Starting at the line below holding "f 343 296 342" and stopping at the line holding "f 379 304 378", print every line exactly, both ends included, and leave the rest out.

━━━━━━━━

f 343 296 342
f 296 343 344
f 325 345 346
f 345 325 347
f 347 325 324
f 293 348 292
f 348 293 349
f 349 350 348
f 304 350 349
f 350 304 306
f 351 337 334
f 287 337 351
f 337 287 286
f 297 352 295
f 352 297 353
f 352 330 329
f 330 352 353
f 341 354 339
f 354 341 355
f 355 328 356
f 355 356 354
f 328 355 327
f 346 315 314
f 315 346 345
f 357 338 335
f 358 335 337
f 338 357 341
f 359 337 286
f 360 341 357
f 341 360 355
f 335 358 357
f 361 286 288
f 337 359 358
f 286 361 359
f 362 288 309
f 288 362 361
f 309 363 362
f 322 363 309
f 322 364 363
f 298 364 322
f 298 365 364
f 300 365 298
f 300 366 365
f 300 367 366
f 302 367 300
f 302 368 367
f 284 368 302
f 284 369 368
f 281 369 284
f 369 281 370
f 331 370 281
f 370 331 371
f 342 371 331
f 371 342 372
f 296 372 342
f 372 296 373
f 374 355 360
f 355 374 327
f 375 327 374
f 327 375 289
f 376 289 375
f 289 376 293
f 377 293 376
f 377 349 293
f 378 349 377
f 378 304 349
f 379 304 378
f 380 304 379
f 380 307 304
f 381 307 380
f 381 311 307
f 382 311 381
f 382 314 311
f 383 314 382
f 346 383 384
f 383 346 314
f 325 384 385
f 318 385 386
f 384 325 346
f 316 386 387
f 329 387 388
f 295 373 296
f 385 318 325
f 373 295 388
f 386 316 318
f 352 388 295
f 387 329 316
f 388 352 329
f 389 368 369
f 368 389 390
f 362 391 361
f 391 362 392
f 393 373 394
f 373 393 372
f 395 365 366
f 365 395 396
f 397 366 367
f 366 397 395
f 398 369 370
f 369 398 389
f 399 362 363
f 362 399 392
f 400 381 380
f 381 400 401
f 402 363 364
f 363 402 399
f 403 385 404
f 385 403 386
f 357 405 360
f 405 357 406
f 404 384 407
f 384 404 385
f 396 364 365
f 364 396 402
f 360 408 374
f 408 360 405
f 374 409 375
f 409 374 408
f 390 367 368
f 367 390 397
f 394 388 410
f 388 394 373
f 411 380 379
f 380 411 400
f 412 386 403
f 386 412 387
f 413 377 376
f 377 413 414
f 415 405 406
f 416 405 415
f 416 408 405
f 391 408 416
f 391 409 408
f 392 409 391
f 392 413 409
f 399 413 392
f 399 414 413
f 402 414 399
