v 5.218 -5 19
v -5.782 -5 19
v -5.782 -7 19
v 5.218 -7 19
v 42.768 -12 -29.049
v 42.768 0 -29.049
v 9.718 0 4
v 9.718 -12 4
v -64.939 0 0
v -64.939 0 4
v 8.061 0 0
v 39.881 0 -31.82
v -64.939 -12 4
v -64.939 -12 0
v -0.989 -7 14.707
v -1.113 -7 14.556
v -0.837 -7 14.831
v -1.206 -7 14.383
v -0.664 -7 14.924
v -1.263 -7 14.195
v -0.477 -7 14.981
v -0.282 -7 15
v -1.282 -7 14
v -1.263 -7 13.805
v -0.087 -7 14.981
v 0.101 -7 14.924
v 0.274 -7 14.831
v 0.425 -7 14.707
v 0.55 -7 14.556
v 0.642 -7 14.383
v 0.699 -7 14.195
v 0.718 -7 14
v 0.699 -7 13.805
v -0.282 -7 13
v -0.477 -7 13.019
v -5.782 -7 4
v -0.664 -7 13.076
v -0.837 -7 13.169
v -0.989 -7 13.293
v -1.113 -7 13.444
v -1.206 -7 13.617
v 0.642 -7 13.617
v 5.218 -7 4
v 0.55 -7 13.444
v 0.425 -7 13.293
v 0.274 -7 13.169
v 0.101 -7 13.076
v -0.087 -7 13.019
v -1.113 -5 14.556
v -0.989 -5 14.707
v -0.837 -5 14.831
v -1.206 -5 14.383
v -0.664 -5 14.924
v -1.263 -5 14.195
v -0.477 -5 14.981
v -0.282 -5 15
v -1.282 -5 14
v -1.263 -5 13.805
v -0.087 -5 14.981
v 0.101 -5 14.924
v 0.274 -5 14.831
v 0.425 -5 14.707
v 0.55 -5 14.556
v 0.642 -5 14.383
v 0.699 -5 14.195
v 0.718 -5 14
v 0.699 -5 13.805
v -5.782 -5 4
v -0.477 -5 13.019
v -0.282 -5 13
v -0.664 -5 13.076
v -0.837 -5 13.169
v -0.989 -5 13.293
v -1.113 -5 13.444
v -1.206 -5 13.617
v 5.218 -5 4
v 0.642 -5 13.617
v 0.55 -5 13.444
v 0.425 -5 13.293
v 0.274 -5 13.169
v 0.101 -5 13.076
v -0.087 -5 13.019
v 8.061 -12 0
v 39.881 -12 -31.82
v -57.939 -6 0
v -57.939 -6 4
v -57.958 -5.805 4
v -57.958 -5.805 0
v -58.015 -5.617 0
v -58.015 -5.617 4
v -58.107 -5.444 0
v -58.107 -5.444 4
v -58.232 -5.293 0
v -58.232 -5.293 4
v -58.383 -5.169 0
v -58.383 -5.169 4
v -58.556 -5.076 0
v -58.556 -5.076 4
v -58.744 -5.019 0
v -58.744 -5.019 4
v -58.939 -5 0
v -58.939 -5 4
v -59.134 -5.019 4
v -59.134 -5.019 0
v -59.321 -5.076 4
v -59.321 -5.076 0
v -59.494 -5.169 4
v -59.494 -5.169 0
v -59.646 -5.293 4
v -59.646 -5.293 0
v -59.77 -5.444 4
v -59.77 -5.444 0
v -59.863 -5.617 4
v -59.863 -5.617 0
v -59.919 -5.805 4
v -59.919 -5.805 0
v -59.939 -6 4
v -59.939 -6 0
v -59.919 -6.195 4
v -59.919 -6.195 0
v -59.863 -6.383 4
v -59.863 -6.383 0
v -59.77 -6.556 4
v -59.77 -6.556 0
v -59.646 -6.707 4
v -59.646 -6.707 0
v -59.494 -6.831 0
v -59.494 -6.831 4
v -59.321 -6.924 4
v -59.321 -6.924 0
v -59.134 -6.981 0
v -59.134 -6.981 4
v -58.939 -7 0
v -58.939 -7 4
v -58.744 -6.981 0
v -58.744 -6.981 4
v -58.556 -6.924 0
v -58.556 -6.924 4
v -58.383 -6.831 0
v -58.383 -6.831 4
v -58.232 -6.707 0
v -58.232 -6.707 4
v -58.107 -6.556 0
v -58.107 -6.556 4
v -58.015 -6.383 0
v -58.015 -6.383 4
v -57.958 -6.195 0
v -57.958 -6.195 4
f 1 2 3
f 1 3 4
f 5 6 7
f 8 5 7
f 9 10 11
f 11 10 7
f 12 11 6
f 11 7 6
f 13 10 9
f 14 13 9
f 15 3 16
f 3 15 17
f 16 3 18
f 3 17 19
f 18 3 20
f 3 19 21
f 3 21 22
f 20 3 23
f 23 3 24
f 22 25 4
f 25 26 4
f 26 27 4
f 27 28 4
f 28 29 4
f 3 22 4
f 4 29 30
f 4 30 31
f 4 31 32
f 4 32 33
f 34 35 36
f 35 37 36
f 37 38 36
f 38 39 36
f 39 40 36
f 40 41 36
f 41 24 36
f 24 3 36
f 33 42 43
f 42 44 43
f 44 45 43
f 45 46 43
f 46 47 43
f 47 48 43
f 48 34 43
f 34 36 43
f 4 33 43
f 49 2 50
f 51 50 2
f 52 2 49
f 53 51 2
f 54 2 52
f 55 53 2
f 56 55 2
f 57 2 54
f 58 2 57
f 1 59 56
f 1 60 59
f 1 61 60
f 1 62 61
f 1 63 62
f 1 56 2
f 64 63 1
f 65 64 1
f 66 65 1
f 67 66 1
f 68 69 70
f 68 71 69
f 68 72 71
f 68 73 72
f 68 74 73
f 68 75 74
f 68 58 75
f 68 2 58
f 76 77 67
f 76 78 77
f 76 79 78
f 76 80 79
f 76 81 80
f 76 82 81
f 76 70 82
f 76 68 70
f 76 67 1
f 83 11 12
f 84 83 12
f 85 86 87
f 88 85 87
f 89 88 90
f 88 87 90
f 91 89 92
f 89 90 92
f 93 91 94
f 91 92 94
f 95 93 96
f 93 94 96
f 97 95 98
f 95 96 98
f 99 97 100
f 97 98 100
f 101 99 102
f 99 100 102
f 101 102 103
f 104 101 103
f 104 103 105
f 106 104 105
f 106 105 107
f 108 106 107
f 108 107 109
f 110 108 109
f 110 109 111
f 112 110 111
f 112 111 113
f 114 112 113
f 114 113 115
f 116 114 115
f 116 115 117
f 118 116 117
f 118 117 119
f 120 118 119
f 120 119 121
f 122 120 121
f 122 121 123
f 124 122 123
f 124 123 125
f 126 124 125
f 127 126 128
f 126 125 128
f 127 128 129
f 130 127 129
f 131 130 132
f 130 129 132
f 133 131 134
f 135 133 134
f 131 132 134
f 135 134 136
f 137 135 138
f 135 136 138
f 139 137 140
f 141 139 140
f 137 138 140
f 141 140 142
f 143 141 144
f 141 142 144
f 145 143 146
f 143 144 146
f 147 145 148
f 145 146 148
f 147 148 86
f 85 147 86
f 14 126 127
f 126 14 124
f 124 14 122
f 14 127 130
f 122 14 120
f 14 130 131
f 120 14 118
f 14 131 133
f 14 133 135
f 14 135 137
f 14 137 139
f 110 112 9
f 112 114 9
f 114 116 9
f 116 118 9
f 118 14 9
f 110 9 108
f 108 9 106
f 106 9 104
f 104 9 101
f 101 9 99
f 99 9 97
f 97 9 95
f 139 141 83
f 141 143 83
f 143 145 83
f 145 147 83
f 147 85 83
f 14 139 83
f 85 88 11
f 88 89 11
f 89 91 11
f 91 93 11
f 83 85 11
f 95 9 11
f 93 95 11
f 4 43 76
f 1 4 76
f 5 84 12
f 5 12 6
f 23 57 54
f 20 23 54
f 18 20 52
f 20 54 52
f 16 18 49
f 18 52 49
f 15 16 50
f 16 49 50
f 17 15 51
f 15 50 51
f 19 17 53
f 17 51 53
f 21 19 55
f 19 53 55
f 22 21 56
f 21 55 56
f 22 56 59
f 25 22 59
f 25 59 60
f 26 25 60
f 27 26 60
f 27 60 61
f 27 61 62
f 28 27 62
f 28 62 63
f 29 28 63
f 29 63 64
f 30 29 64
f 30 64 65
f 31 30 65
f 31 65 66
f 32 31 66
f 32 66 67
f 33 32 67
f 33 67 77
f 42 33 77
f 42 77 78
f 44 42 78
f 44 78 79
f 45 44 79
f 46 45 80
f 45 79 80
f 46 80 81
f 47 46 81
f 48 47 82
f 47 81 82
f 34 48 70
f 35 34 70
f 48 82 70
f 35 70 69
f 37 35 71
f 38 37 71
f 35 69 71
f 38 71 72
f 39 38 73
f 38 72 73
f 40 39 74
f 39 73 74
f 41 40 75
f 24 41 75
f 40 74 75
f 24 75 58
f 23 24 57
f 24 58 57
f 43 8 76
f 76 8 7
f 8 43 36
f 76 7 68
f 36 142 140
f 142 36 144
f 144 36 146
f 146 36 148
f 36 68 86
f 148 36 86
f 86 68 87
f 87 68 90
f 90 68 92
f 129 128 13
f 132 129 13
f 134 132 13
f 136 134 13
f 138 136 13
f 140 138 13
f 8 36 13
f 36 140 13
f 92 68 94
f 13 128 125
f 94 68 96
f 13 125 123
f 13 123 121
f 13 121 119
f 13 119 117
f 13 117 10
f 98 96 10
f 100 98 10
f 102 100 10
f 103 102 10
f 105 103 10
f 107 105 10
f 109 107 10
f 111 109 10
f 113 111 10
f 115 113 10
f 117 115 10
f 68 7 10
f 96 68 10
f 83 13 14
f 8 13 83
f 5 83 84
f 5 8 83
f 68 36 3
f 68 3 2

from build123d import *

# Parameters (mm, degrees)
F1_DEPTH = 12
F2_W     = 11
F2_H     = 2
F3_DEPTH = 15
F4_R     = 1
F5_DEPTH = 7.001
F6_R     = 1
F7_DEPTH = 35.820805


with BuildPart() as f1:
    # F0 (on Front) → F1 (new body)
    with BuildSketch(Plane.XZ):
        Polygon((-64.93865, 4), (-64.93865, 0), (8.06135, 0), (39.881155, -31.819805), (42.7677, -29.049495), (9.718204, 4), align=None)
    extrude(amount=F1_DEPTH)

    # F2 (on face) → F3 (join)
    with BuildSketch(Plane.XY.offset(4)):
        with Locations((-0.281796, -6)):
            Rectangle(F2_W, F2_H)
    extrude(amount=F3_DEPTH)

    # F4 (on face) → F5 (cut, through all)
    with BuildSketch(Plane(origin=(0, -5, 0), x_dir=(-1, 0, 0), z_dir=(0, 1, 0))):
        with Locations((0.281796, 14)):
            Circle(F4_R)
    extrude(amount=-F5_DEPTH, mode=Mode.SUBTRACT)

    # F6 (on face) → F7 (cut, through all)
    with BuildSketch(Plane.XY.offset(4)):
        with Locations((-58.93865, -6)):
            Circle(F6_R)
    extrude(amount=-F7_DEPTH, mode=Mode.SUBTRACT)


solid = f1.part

━━━━━━━━

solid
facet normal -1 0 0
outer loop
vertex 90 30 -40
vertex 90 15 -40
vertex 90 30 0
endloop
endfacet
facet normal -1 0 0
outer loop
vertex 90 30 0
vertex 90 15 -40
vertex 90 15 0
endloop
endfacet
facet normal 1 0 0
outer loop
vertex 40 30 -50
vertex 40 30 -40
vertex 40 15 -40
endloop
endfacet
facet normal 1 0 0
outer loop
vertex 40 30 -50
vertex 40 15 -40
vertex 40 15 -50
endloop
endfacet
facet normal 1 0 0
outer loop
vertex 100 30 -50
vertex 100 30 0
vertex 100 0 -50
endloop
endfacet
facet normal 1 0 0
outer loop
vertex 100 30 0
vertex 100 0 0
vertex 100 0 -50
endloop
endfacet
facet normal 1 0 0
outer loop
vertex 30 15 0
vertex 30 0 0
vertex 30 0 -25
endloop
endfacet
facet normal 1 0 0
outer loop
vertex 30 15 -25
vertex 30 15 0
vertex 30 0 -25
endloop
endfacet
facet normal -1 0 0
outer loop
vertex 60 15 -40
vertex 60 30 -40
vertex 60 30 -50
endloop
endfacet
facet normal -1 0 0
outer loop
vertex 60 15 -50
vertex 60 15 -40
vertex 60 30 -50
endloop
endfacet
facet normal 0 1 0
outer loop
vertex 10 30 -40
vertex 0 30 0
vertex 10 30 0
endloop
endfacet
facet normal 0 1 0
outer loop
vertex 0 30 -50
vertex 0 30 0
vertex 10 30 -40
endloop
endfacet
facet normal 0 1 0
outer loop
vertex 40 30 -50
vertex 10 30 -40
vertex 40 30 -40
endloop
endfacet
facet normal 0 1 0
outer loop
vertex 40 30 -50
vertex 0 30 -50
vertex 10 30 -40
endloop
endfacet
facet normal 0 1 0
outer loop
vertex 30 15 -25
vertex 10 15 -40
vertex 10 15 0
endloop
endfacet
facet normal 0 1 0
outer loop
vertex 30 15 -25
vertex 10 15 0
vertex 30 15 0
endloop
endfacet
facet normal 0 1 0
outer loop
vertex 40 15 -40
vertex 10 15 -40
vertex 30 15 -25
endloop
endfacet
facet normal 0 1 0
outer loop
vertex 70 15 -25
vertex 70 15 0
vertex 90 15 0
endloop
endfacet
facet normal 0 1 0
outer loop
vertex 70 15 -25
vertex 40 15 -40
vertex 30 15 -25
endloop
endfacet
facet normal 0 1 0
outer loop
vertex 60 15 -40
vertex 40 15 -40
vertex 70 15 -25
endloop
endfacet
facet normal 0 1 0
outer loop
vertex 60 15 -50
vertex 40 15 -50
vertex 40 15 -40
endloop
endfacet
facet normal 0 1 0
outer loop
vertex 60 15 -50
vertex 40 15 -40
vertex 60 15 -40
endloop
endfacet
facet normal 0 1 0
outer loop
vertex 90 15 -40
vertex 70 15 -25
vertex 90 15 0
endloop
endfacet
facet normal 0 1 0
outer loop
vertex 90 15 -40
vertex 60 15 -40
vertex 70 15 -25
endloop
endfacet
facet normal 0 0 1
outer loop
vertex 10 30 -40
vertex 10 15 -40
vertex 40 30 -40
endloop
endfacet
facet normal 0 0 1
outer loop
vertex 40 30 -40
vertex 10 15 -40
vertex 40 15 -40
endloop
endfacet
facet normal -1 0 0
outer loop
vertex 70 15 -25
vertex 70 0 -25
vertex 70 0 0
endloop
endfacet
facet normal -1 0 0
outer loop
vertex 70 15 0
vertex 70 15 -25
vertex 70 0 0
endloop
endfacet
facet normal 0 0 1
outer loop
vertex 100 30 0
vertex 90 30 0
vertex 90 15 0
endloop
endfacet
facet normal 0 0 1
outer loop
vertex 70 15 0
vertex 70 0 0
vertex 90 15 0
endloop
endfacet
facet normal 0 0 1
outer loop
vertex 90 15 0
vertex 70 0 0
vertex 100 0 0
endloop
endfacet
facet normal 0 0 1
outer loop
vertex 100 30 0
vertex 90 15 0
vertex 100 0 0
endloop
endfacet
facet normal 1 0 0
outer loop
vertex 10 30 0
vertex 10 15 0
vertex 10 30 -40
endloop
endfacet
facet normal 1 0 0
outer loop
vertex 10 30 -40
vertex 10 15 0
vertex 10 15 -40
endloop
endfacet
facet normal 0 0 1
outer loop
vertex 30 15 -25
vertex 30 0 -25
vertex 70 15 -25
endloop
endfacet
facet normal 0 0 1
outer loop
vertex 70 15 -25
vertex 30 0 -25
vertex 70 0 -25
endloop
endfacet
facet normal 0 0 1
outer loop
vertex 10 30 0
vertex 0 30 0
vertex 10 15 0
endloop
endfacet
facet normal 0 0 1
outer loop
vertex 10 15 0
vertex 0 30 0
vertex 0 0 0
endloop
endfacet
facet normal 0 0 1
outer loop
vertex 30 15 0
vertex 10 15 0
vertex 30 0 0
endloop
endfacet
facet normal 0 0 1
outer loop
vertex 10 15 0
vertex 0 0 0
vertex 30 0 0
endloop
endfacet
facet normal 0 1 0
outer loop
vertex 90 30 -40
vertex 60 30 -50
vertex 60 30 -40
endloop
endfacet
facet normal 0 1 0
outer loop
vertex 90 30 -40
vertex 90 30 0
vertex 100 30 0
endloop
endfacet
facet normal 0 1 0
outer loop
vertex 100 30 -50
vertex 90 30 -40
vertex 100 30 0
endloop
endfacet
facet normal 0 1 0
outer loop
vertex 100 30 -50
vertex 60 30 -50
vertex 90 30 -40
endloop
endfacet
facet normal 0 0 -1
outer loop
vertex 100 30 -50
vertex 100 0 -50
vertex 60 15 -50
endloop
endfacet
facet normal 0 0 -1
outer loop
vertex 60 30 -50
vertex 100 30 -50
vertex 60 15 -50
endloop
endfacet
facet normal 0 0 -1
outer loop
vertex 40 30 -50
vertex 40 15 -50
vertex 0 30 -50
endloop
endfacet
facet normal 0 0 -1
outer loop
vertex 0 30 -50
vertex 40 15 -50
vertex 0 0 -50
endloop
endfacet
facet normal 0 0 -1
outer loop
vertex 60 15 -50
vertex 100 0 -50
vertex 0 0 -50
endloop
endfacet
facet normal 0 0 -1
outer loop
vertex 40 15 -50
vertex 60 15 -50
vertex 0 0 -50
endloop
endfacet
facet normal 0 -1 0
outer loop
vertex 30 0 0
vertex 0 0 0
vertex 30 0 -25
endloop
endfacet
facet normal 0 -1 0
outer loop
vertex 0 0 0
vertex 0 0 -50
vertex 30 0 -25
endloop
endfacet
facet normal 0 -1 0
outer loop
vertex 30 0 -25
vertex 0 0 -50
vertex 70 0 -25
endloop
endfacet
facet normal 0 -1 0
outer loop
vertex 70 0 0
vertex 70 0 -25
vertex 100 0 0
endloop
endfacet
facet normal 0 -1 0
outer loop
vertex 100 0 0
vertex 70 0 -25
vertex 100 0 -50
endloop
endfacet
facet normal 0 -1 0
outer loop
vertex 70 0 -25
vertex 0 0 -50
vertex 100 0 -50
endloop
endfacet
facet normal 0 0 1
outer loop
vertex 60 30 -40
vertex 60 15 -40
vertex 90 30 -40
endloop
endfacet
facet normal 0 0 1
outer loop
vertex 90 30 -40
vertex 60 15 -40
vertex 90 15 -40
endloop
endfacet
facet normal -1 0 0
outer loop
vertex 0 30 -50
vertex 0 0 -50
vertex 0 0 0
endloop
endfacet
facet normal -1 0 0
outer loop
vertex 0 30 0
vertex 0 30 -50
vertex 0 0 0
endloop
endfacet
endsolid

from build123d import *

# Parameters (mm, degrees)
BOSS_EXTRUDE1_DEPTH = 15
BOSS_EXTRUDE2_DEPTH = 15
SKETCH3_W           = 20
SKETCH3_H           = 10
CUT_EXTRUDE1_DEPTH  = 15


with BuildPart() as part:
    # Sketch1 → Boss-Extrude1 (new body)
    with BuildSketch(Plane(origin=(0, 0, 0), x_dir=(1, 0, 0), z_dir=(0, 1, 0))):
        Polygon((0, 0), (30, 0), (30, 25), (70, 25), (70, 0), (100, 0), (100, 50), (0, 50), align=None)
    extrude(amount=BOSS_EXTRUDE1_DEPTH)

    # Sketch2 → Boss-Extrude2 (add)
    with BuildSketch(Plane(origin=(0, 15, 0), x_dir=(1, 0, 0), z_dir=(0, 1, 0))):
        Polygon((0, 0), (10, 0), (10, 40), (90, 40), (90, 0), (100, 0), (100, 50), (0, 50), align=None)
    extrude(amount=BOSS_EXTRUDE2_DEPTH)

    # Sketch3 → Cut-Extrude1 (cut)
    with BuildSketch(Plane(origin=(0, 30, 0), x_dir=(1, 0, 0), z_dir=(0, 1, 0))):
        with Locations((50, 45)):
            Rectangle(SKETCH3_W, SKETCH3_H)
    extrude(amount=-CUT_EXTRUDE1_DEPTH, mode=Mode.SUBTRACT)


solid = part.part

━━━━━━━━

#### Exercise output
f 343 296 342
f 296 343 344
f 325 345 346
f 345 325 347
f 347 325 324
f 293 348 292
f 348 293 349
f 349 350 348
f 304 350 349
f 350 304 306
f 351 337 334
f 287 337 351
f 337 287 286
f 297 352 295
f 352 297 353
f 352 330 329
f 330 352 353
f 341 354 339
f 354 341 355
f 355 328 356
f 355 356 354
f 328 355 327
f 346 315 314
f 315 346 345
f 357 338 335
f 358 335 337
f 338 357 341
f 359 337 286
f 360 341 357
f 341 360 355
f 335 358 357
f 361 286 288
f 337 359 358
f 286 361 359
f 362 288 309
f 288 362 361
f 309 363 362
f 322 363 309
f 322 364 363
f 298 364 322
f 298 365 364
f 300 365 298
f 300 366 365
f 300 367 366
f 302 367 300
f 302 368 367
f 284 368 302
f 284 369 368
f 281 369 284
f 369 281 370
f 331 370 281
f 370 331 371
f 342 371 331
f 371 342 372
f 296 372 342
f 372 296 373
f 374 355 360
f 355 374 327
f 375 327 374
f 327 375 289
f 376 289 375
f 289 376 293
f 377 293 376
f 377 349 293
f 378 349 377
f 378 304 349
f 379 304 378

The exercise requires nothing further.